_Work order_
Verbatim, and with nothing else, reproduce the data below from its first line through the line containing "face PLANE(AX(P(0,0,26),D(0,0,1),D(0,1,0))) [e5".

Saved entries
______
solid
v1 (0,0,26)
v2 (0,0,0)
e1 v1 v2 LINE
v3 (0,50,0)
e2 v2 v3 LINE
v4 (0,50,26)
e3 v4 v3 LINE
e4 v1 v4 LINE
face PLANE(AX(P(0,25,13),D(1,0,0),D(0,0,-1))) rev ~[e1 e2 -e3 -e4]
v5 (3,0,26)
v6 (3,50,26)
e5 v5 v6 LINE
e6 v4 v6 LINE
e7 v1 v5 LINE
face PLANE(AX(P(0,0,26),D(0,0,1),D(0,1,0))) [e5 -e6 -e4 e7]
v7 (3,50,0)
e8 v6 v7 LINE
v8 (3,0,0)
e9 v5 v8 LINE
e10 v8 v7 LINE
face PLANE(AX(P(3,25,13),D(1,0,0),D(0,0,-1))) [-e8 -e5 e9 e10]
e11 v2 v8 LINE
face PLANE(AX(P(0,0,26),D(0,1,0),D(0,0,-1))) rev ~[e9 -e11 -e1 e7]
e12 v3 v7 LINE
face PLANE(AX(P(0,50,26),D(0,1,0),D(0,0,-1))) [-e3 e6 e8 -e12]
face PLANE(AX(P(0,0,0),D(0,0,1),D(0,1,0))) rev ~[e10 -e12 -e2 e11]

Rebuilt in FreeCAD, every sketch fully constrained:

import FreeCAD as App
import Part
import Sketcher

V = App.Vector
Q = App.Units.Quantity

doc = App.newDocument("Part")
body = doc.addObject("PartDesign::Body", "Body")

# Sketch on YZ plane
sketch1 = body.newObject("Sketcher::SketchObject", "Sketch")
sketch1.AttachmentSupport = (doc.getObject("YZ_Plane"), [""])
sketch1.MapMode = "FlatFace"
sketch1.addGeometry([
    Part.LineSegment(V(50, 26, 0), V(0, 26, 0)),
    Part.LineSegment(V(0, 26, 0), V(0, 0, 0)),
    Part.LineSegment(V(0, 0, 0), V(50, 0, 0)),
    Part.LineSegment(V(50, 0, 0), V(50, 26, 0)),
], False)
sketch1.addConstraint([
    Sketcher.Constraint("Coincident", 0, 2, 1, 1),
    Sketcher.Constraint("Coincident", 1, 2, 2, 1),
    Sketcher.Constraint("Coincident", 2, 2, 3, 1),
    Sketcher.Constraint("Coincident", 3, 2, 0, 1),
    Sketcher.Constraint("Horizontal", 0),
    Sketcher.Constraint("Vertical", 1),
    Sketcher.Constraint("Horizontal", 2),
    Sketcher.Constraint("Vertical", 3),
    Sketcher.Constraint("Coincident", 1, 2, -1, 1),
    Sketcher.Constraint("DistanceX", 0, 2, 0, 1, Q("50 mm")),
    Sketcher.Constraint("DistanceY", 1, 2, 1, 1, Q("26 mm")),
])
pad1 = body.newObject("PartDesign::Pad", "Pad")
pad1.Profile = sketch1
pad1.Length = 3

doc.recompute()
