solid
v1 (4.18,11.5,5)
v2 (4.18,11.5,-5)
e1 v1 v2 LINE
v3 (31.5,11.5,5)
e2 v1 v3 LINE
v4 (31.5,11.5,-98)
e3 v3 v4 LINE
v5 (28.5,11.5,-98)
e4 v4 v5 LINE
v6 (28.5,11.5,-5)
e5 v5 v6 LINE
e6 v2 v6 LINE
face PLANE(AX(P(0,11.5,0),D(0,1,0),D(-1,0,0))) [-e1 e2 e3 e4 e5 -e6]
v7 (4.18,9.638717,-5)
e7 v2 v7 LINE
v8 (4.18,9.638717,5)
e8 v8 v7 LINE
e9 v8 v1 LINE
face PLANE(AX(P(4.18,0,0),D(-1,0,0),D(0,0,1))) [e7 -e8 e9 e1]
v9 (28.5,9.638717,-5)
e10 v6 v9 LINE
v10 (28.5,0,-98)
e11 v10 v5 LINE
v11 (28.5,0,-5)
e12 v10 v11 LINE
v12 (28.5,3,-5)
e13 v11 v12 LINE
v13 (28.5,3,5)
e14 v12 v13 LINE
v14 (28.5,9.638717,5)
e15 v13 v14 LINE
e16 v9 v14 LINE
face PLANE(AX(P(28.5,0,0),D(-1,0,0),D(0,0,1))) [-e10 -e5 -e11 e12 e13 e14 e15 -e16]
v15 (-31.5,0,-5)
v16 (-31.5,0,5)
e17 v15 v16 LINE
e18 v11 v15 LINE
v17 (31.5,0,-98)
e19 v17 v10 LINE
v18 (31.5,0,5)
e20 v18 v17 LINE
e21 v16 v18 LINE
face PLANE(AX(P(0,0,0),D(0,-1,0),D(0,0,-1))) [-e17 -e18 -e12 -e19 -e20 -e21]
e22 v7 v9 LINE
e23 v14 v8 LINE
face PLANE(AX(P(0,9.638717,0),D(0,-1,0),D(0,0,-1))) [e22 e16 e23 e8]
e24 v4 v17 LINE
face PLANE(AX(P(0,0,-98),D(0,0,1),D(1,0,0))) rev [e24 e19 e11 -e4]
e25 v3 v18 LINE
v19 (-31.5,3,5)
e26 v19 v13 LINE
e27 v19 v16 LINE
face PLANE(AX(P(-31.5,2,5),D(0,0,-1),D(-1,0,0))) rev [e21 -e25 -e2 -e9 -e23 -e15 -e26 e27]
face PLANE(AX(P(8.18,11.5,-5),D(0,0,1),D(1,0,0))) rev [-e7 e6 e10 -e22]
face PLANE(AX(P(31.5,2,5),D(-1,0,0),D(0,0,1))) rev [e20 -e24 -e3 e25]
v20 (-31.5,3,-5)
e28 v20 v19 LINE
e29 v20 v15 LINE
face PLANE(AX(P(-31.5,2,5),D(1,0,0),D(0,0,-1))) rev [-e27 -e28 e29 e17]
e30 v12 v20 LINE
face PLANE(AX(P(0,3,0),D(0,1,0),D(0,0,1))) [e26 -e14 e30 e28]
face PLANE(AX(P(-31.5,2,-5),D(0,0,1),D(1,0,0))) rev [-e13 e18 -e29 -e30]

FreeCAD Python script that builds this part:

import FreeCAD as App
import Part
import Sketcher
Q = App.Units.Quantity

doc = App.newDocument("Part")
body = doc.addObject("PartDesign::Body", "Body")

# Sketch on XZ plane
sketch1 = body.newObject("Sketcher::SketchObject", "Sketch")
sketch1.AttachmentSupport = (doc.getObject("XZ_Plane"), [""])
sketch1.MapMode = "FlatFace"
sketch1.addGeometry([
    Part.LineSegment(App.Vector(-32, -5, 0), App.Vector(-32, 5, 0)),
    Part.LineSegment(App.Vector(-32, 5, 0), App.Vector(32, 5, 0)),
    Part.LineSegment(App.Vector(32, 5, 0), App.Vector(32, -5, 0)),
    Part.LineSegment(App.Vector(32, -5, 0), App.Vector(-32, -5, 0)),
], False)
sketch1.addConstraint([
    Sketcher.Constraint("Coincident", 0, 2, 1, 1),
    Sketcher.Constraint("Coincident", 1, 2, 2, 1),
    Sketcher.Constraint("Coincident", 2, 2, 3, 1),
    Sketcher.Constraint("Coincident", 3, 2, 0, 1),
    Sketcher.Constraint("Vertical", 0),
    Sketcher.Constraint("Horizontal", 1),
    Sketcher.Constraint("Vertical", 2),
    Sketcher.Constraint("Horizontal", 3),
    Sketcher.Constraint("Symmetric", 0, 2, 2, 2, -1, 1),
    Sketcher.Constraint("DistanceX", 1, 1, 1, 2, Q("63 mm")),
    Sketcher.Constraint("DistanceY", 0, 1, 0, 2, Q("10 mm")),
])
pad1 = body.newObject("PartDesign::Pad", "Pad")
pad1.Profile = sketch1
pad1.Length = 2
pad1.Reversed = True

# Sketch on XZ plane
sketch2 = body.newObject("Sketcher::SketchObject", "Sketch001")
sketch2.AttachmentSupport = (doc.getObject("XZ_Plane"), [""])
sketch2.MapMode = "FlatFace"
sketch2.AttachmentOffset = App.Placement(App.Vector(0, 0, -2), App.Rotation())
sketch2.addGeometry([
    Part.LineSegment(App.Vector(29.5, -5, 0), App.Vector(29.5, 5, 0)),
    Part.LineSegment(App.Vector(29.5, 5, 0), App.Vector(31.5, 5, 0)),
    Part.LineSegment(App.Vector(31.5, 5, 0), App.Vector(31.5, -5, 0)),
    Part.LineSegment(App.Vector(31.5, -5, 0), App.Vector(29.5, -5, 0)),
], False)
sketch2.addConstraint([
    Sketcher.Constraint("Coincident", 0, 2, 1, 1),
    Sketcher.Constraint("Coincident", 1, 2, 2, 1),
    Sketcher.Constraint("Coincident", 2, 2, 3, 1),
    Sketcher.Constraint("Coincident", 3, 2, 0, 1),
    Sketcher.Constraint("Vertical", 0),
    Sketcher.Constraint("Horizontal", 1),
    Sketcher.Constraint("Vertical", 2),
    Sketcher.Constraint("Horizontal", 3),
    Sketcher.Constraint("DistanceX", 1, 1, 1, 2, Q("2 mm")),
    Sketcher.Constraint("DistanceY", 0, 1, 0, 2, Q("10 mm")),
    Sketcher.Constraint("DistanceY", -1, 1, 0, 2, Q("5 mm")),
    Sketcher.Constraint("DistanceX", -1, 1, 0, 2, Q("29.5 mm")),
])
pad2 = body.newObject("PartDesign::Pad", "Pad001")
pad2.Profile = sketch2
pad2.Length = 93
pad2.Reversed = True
______
_Answer to this exercise_
solid
v1 (0,0,26)
v2 (0,0,0)
e1 v1 v2 LINE
v3 (0,50,0)
e2 v2 v3 LINE
v4 (0,50,26)
e3 v4 v3 LINE
e4 v1 v4 LINE
face PLANE(AX(P(0,25,13),D(1,0,0),D(0,0,-1))) rev ~[e1 e2 -e3 -e4]
v5 (3,0,26)
v6 (3,50,26)
e5 v5 v6 LINE
e6 v4 v6 LINE
e7 v1 v5 LINE
face PLANE(AX(P(0,0,26),D(0,0,1),D(0,1,0))) [e5 -e6 -e4 e7]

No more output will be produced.